PROFILE: UC Professor Wins Praise From Peers Statewide

University of Cincinnati Counseling Professor F. Robert Wilson is the 2004 recipient of the Susan J. Sears Counselor of the Year Award from the Ohio Counseling Association (OCA). The annual award honors professionals who have “demonstrated exceptional service as a practitioner through the application of the OCA goals.” Wilson, a resident of West Chester, Ohio, will be honored Thursday, Nov. 4, at the All-Ohio Counselors Conference in Columbus.

An affiliate of the American Counseling Association, the 1,000-member OCA works to promote and advance the counseling profession. Wilson is an elected member of the American Counseling Association’s Governing Council.

At the University of Cincinnati, Wilson is coordinator of the master’s degree program in mental health counseling, Division of Human Services, in the College of Education, Criminal Justice, and Human Services. In addition to those duties and his teaching responsibilities in the masters, certificate and doctoral programs, Wilson is a nationally certified counselor, an approved clinical counselor and a Fellow of the Association for Specialists in Group Work.

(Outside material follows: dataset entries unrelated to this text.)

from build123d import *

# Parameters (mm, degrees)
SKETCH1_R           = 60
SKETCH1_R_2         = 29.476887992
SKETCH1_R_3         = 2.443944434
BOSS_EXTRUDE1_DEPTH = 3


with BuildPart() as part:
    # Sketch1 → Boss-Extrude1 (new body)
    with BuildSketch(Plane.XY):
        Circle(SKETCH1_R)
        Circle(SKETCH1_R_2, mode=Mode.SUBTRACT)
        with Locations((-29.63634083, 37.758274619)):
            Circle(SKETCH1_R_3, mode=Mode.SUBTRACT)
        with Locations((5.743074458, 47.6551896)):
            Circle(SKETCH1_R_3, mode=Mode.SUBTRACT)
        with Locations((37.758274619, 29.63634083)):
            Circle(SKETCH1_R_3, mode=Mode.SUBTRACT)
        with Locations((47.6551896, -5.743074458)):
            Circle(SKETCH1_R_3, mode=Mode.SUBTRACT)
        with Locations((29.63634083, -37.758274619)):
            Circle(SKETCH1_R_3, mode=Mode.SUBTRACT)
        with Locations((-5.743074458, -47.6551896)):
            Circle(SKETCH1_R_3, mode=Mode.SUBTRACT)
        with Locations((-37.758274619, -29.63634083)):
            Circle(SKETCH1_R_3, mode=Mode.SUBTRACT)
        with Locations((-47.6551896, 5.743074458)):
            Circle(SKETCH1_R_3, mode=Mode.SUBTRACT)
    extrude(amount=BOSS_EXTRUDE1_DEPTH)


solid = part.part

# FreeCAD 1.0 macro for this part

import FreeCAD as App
import Part
import Sketcher

V = App.Vector
Q = App.Units.Quantity

doc = App.newDocument("Part")
body = doc.addObject("PartDesign::Body", "Body")

sketch1 = body.newObject("Sketcher::SketchObject", "Sketch")
sketch1.AttachmentSupport = (doc.getObject("XY_Plane"), [""])
sketch1.MapMode = "FlatFace"
sketch1.addGeometry([
    Part.Circle(V(0, 0, 0), V(0, 0, 1), 60),
    Part.Circle(V(-37.8, -29.6, 0), V(0, 0, 1), 2.4),
    Part.Circle(V(-5.7, -47.7, 0), V(0, 0, 1), 2.4),
    Part.Circle(V(0, 0, 0), V(0, 0, 1), 29.5),
    Part.Circle(V(29.6, -37.8, 0), V(0, 0, 1), 2.4),
    Part.Circle(V(47.7, -5.7, 0), V(0, 0, 1), 2.4),
    Part.Circle(V(-47.7, 5.7, 0), V(0, 0, 1), 2.4),
    Part.Circle(V(-29.6, 37.8, 0), V(0, 0, 1), 2.4),
    Part.Circle(V(5.7, 47.7, 0), V(0, 0, 1), 2.4),
    Part.Circle(V(37.8, 29.6, 0), V(0, 0, 1), 2.4),
], False)
sketch1.addConstraint([
    Sketcher.Constraint("Coincident", 0, 3, -1, 1),
    Sketcher.Constraint("Coincident", 3, 3, -1, 1),
    Sketcher.Constraint("Equal", 1, 2),
    Sketcher.Constraint("Equal", 2, 4),
    Sketcher.Constraint("Equal", 4, 5),
    Sketcher.Constraint("Equal", 5, 6),
    Sketcher.Constraint("Equal", 6, 7),
    Sketcher.Constraint("Equal", 7, 8),
    Sketcher.Constraint("Equal", 8, 9),
    Sketcher.Constraint("Symmetric", 5, 3, 6, 3, -1, 1),
    Sketcher.Constraint("Symmetric", 4, 3, 7, 3, -1, 1),
    Sketcher.Constraint("Symmetric", 2, 3, 8, 3, -1, 1),
    Sketcher.Constraint("Symmetric", 1, 3, 9, 3, -1, 1),
    Sketcher.Constraint("Diameter", 0, Q("120 mm")),
    Sketcher.Constraint("Diameter", 1, Q("4.887889 mm")),
    Sketcher.Constraint("Diameter", 3, Q("58.953776 mm")),
    Sketcher.Constraint("DistanceX", 1, 3, 2, 3, Q("32.0152 mm")),
    Sketcher.Constraint("DistanceY", 4, 3, 5, 3, Q("32.0152 mm")),
    Sketcher.Constraint("DistanceY", 1, 3, -1, 1, Q("29.636341 mm")),
    Sketcher.Constraint("DistanceY", 2, 3, -1, 1, Q("47.65519 mm")),
    Sketcher.Constraint("DistanceX", -1, 1, 4, 3, Q("29.636341 mm")),
    Sketcher.Constraint("DistanceX", -1, 1, 5, 3, Q("47.65519 mm")),
    Sketcher.Constraint("DistanceY", 4, 3, 6, 3, Q("43.501349 mm")),
    Sketcher.Constraint("DistanceX", 1, 3, -1, 1, Q("37.758275 mm")),
])
pad1 = body.newObject("PartDesign::Pad", "Pad")
pad1.Profile = sketch1
pad1.Length = 3

doc.recompute()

Wilson dedicates his professional service to improving the health of the Greater Cincinnati community – a goal outlined in the UC|21 strategic plan. “For the past five years, Bob has provided pro bono counseling services and supervision at the Health Resource Center in Over-the-Rhine, where he has distinguished himself in assessment, clinical practice and research of indigent and homeless populations experiencing psychological disturbance,” says colleague Robert Conyne, director of the UC Counseling Program.

Wilson says that even when the poor and the mentally ill reach out for help, they can become even more discouraged as they get lost in a health care bureaucracy. The Health Resource Center in Over-the-Rhine provides free treatment for clients who cannot access services from other agencies.

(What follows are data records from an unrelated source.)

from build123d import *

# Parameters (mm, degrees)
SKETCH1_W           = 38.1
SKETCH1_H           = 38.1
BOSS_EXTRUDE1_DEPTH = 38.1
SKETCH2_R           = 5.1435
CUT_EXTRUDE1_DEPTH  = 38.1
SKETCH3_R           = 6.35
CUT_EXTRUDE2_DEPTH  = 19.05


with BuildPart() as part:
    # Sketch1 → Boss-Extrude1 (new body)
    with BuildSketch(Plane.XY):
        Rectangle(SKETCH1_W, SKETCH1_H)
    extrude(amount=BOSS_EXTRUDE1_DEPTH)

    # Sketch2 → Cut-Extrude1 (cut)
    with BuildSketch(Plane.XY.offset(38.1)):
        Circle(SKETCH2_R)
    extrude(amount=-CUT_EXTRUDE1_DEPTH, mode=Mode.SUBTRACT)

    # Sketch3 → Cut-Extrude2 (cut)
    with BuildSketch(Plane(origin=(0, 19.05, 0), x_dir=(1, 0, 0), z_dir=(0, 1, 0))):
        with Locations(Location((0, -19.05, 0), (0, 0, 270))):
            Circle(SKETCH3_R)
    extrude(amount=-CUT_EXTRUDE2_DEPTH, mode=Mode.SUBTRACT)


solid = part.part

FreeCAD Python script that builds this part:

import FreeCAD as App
import Part
import Sketcher

V = App.Vector
Q = App.Units.Quantity


def add_polygon(sketch, points):
    """Adds a closed chain of lines whose ends are joined by coincident constraints."""
    first, n = sketch.GeometryCount, len(points)
    for a, b in zip(points, points[1:] + points[:1]):
        sketch.addGeometry(Part.LineSegment(App.Vector(*a, 0), App.Vector(*b, 0)), False)
    for i in range(n):
        sketch.addConstraint(Sketcher.Constraint("Coincident", first + i, 2, first + (i + 1) % n, 1))

doc = App.newDocument("Part")
body = doc.addObject("PartDesign::Body", "Body")

# Sketch on XY plane
sketch1 = doc.addObject("Sketcher::SketchObject", "Sketch")
body.addObject(sketch1)
sketch1.AttachmentSupport = (doc.XY_Plane, [""])
sketch1.MapMode = "FlatFace"
add_polygon(sketch1, [(-19, 19), (-19, -19), (19, -19), (19, 19)])  # lines 0-3
sketch1.addConstraint(Sketcher.Constraint("Vertical", 0))
sketch1.addConstraint(Sketcher.Constraint("Horizontal", 1))
sketch1.addConstraint(Sketcher.Constraint("Vertical", 2))
sketch1.addConstraint(Sketcher.Constraint("Horizontal", 3))
sketch1.addConstraint(Sketcher.Constraint("Symmetric", 0, 2, 2, 2, -1, 1))
sketch1.addConstraint(Sketcher.Constraint("Equal", 3, 0))
sketch1.addConstraint(Sketcher.Constraint("DistanceX", 1, 1, 1, 2, Q("1.5 in")))
pad1 = doc.addObject("PartDesign::Pad", "Pad")
body.addObject(pad1)
pad1.Profile = sketch1
pad1.Length = Q("1.5 in")

# Sketch on XY plane
sketch2 = doc.addObject("Sketcher::SketchObject", "Sketch001")
body.addObject(sketch2)
sketch2.AttachmentSupport = (doc.XY_Plane, [""])
sketch2.MapMode = "FlatFace"
sketch2.AttachmentOffset = App.Placement(V(0, 0, 1.5 * 25.4), App.Rotation())
sketch2.addGeometry(Part.Circle(V(0, 0, 0), V(0, 0, 1), 5), False)
sketch2.addConstraint(Sketcher.Constraint("Coincident", 0, 3, -1, 1))
sketch2.addConstraint(Sketcher.Constraint("Diameter", 0, Q("0.405 in")))
pocket1 = doc.addObject("PartDesign::Pocket", "Pocket")
body.addObject(pocket1)
pocket1.Profile = sketch2
pocket1.Length = Q("1.5 in")

# Sketch on XZ plane
sketch3 = doc.addObject("Sketcher::SketchObject", "Sketch002")
body.addObject(sketch3)
sketch3.AttachmentSupport = (doc.XZ_Plane, [""])
sketch3.MapMode = "FlatFace"
sketch3.AttachmentOffset = App.Placement(V(0, 0, -0.75 * 25.4), App.Rotation())
sketch3.addGeometry(Part.Circle(V(0, 19, 0), V(0, 0, 1), 6), False)
sketch3.addConstraint(Sketcher.Constraint("PointOnObject", 0, 3, -2))
sketch3.addConstraint(Sketcher.Constraint("Diameter", 0, Q("0.5 in")))
sketch3.addConstraint(Sketcher.Constraint("DistanceY", -1, 1, 0, 3, Q("0.75 in")))
pocket2 = doc.addObject("PartDesign::Pocket", "Pocket001")
body.addObject(pocket2)
pocket2.Profile = sketch3
pocket2.Length = Q("0.75 in")
pocket2.Reversed = True

doc.recompute()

“This is a segment of society that is used to being discouraged, so they give up,” Wilson says. “Instead of deserving the worst treatment, they need the very best. When we treat our social problems with half-measures, the treatments will not work, and it doesn’t help our society to treat people in a way that makes them more cynical.” Wilson adds that he feels honored to practice with “an incredible staff of very talented people” at the Health Resource Center.

F. Robert Wilson

F. Robert Wilson

Wilson joined the award-winning UC Counseling Program in 1978. His research and clinical interests focus on assessment, mental health services and group work. Conyne adds that Wilson has also published and presented extensively, most recently in a book written by UC faculty about ecological counseling – a counseling approach that focuses on the client’s socioeconomic background, family history and culture. The book, Ecological Counseling: An Innovative Approach to Conceptualizing Person-Environment Interaction, recently generated national attention in a review in the October 2004 issue of “Counseling Today,” a publication of the American Counseling Association.

Wilson adds that the UC Counseling Program – dedicated to training counselors to provide ecologically grounded service for traditionally underserved people – was nationally honored with the Robert Frank Outstanding Program Award in 2001 by the Association for Counselor Education and Supervision.